- **REQUIRED ACTION**
Find the line holding "f 33 140 138" in the entries below. Give it again exactly, along with every line after it up to and including the line holding "f 151 36 153".

........

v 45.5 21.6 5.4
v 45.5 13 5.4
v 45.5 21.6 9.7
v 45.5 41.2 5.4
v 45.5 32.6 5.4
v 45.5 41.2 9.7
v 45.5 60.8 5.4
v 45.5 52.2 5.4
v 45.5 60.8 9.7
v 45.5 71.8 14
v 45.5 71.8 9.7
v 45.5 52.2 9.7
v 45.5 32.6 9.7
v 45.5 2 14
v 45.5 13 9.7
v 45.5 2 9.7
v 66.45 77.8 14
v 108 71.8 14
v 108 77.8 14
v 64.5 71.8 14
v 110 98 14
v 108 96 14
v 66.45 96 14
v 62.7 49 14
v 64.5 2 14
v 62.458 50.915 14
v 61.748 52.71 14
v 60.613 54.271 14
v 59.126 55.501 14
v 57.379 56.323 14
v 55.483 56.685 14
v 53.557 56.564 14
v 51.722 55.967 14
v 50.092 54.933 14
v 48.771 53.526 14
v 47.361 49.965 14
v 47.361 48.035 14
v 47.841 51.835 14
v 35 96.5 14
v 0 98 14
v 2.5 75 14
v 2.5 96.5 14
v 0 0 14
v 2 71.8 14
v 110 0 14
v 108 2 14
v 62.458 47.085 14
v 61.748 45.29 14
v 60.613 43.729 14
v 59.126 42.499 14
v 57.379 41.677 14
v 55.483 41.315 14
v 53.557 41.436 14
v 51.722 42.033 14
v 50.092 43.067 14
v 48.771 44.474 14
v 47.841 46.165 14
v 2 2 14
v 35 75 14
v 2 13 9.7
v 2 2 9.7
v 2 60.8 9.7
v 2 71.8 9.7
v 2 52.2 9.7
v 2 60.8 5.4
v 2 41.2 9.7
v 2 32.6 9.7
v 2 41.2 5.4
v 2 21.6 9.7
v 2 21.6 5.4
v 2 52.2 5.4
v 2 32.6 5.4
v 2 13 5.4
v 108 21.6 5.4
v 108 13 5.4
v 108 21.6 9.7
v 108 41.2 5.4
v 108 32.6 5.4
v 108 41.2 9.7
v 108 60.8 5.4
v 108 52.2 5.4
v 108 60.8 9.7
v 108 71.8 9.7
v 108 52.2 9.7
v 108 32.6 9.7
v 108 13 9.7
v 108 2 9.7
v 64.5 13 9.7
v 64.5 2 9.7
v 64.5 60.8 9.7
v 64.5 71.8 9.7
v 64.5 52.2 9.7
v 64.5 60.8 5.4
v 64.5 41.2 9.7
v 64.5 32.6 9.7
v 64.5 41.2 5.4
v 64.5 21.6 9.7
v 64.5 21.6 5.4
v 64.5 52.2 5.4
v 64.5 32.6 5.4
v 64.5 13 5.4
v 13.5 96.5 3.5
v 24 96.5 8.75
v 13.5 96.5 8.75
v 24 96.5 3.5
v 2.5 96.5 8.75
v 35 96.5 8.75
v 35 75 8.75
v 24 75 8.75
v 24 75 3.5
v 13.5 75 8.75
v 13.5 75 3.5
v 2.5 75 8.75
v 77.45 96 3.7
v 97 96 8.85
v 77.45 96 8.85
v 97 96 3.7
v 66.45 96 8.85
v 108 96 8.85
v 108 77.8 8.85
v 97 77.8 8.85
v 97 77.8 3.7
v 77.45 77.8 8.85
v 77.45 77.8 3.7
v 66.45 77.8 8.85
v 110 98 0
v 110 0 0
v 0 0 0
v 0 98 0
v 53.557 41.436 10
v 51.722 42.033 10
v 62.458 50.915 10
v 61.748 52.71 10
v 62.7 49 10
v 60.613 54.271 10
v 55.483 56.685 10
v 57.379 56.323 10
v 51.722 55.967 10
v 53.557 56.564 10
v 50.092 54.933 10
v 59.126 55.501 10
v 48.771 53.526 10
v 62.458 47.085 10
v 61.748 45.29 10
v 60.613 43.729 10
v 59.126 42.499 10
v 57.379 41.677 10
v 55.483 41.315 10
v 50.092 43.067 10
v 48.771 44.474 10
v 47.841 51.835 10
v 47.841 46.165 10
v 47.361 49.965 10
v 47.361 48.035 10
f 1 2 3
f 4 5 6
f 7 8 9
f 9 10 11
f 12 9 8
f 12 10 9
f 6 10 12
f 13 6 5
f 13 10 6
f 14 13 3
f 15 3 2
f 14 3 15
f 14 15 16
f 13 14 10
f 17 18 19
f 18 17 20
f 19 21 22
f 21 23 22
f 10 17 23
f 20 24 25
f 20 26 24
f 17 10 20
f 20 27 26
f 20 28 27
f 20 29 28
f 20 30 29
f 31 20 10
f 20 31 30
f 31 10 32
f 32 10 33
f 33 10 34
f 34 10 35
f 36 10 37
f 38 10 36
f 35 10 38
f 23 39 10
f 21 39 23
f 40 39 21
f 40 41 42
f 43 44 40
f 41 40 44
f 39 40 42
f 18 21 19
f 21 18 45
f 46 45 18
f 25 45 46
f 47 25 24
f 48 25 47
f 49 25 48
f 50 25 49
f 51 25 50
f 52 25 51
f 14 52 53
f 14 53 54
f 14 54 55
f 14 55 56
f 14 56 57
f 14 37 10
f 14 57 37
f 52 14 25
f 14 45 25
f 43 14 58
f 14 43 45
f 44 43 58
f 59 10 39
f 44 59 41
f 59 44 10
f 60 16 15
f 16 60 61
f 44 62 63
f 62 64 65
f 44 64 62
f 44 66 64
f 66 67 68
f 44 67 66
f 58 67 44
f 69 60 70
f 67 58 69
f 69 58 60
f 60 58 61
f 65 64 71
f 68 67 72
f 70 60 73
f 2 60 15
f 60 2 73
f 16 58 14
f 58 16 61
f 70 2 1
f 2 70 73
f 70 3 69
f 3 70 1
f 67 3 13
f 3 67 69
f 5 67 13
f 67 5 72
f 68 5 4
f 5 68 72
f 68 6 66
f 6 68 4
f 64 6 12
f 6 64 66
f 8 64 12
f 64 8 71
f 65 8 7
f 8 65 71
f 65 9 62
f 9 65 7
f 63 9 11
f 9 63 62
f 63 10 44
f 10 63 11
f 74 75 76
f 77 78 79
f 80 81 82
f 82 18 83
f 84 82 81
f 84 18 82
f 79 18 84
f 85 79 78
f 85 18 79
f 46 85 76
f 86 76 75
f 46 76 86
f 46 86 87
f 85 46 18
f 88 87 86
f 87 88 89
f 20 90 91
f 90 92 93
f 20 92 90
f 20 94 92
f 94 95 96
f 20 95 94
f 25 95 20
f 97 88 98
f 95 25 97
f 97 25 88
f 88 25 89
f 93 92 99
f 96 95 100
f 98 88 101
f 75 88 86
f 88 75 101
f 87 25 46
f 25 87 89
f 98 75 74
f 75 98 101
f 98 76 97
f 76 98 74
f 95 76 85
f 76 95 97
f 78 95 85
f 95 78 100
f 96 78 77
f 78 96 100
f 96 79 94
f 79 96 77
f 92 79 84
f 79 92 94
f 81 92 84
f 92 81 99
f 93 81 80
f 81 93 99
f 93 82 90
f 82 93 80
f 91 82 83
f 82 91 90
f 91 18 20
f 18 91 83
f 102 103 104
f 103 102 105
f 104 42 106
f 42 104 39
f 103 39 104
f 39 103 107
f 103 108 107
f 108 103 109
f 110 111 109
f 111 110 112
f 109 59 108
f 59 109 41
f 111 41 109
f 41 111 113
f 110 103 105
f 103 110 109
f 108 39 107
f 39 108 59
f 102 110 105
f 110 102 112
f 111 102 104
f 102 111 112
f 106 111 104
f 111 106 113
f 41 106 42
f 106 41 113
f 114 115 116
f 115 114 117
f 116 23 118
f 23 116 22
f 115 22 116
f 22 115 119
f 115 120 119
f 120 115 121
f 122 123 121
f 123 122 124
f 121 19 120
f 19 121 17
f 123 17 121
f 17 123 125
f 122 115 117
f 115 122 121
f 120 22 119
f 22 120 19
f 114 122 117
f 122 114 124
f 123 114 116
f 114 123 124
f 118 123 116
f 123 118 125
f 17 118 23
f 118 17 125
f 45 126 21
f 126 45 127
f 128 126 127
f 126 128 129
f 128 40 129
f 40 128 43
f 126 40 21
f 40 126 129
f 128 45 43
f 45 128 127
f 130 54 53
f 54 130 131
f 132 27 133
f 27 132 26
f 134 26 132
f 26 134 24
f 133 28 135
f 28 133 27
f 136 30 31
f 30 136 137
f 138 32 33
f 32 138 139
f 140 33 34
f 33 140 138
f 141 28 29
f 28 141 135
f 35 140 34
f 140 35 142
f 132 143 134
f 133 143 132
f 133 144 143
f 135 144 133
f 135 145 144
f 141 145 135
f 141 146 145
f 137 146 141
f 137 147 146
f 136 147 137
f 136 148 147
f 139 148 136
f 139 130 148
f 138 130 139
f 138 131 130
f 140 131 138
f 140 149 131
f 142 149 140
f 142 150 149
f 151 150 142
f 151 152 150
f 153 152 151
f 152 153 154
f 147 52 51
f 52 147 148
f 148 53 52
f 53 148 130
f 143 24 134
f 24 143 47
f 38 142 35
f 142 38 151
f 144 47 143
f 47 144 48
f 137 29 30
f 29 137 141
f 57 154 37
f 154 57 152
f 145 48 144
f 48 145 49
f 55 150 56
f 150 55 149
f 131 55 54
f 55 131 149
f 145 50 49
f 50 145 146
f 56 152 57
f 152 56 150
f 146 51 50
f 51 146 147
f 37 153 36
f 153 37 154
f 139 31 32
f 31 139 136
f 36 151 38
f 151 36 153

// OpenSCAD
length = 110;
width = 98;
height = 14;
magnetPadding = 15;
magnetBaseInnerDiameter = 15.4;
magnetHeight = 4.0;

plasticCubeSide = 10.5;
plasticCubeBoxHeight = plasticCubeSide;
plasticCubeBoxWidth = plasticCubeSide;

woodenCubeSide = 8.6;
woodenCubeBoxHeight = woodenCubeSide;
woodenCubeBoxWidth = woodenCubeSide;

wallThickness = 2;

fingerNotchSize = 11;
woodenCubeCount = 5;
woodenCubeBoxLength = woodenCubeSide * woodenCubeCount + .5;

plasticCubeCount = 2;
plasticCubeBoxLength = plasticCubeSide * plasticCubeCount + .5;

meepleBoxHeight = 9.8 + .5;
meepleBoxWidth = 19.05 + .5;
meepleBoxLength = 17.7 + .5;


//      30 cubes, 7.85-8.1 (use woodenCubeSide) cubed
//		2 cubes, 10 cubed
//		1 player token
//			orange
//				17.25 width, 18.8 tall, 10.0 thick
//			blue
//				19.7 width, 18.7 tall, 9.95 thick
//			purple
//				17.4 width, 19.5 tall, 10.0 tall
//			white
//				17.7 width, 19.05 tall, 9.8 thick
 
//    rotate([0,0,90])
   
        
        

    difference(){
        cube([length, width, height]);  
        translate([wallThickness, wallThickness, 0])
            WoodenCubeBoxes();
        translate([length - (wallThickness + woodenCubeBoxLength), wallThickness, 0])
            WoodenCubeBoxes();
        rotate([0,0,90])
            translate([75,-35, 0])
                PlasticCubeBox();
        //magnet
        translate([
            length/2,
            width/2,
            height - magnetHeight])
            cylinder(magnetHeight, d=magnetBaseInnerDiameter);
        
        translate([length - wallThickness, width - (wallThickness + meepleBoxLength), 0])
            rotate([0,0,90])
            MeepleBox();

    }
    
module WoodenCubeBoxes()
{
    translate([0,0, 0])
    {
        WoodenCubeBox();
    }
    translate([0,fingerNotchSize + woodenCubeSide, 0])
    {
        WoodenCubeBox();
    }
    translate([0,fingerNotchSize * 2 + woodenCubeSide * 2, 0])
    {
        WoodenCubeBox();
    }
}

module WoodenCubeBox()
{
    translate([0, 0, height - (woodenCubeBoxHeight/2)])
        cube([woodenCubeBoxLength, fingerNotchSize, woodenCubeBoxHeight / 2]);
    translate([0, 0 + fingerNotchSize, height - woodenCubeBoxHeight])
        cube([woodenCubeBoxLength, woodenCubeBoxWidth, woodenCubeBoxHeight]);
    translate([0, 0 + fingerNotchSize + woodenCubeBoxWidth, height - (woodenCubeBoxHeight/2)])
        cube([woodenCubeBoxLength, fingerNotchSize, woodenCubeBoxHeight / 2]);
}

module PlasticCubeBox()
{
    translate([0, 0, height - (plasticCubeBoxHeight/2)])
        cube([plasticCubeBoxLength, fingerNotchSize, plasticCubeBoxHeight / 2]);
    translate([0, 0 + fingerNotchSize, height - plasticCubeBoxHeight])
        cube([plasticCubeBoxLength, plasticCubeBoxWidth, plasticCubeBoxHeight]);
    translate([0, 0 + fingerNotchSize + plasticCubeBoxWidth, height - (plasticCubeBoxHeight/2)])
        cube([plasticCubeBoxLength, fingerNotchSize, plasticCubeBoxHeight / 2]);
}

module MeepleBox()
{
    translate([0, 0, height - (meepleBoxHeight/2)])
        cube([meepleBoxLength, fingerNotchSize, meepleBoxHeight / 2]);
    translate([0, 0 + fingerNotchSize, height - meepleBoxHeight])
        cube([meepleBoxLength, meepleBoxWidth, meepleBoxHeight]);
    translate([0, 0 + fingerNotchSize + meepleBoxWidth, height - (meepleBoxHeight/2)])
        cube([meepleBoxLength, fingerNotchSize, meepleBoxHeight / 2]);
}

........

- **RESULT OF THE TASK**
f 33 140 138
f 141 28 29
f 28 141 135
f 35 140 34
f 140 35 142
f 132 143 134
f 133 143 132
f 133 144 143
f 135 144 133
f 135 145 144
f 141 145 135
f 141 146 145
f 137 146 141
f 137 147 146
f 136 147 137
f 136 148 147
f 139 148 136
f 139 130 148
f 138 130 139
f 138 131 130
f 140 131 138
f 140 149 131
f 142 149 140
f 142 150 149
f 151 150 142
f 151 152 150
f 153 152 151
f 152 153 154
f 147 52 51
f 52 147 148
f 148 53 52
f 53 148 130
f 143 24 134
f 24 143 47
f 38 142 35
f 142 38 151
f 144 47 143
f 47 144 48
f 137 29 30
f 29 137 141
f 57 154 37
f 154 57 152
f 145 48 144
f 48 145 49
f 55 150 56
f 150 55 149
f 131 55 54
f 55 131 149
f 145 50 49
f 50 145 146
f 56 152 57
f 152 56 150
f 146 51 50
f 51 146 147
f 37 153 36
f 153 37 154
f 139 31 32
f 31 139 136
f 36 151 38
f 151 36 153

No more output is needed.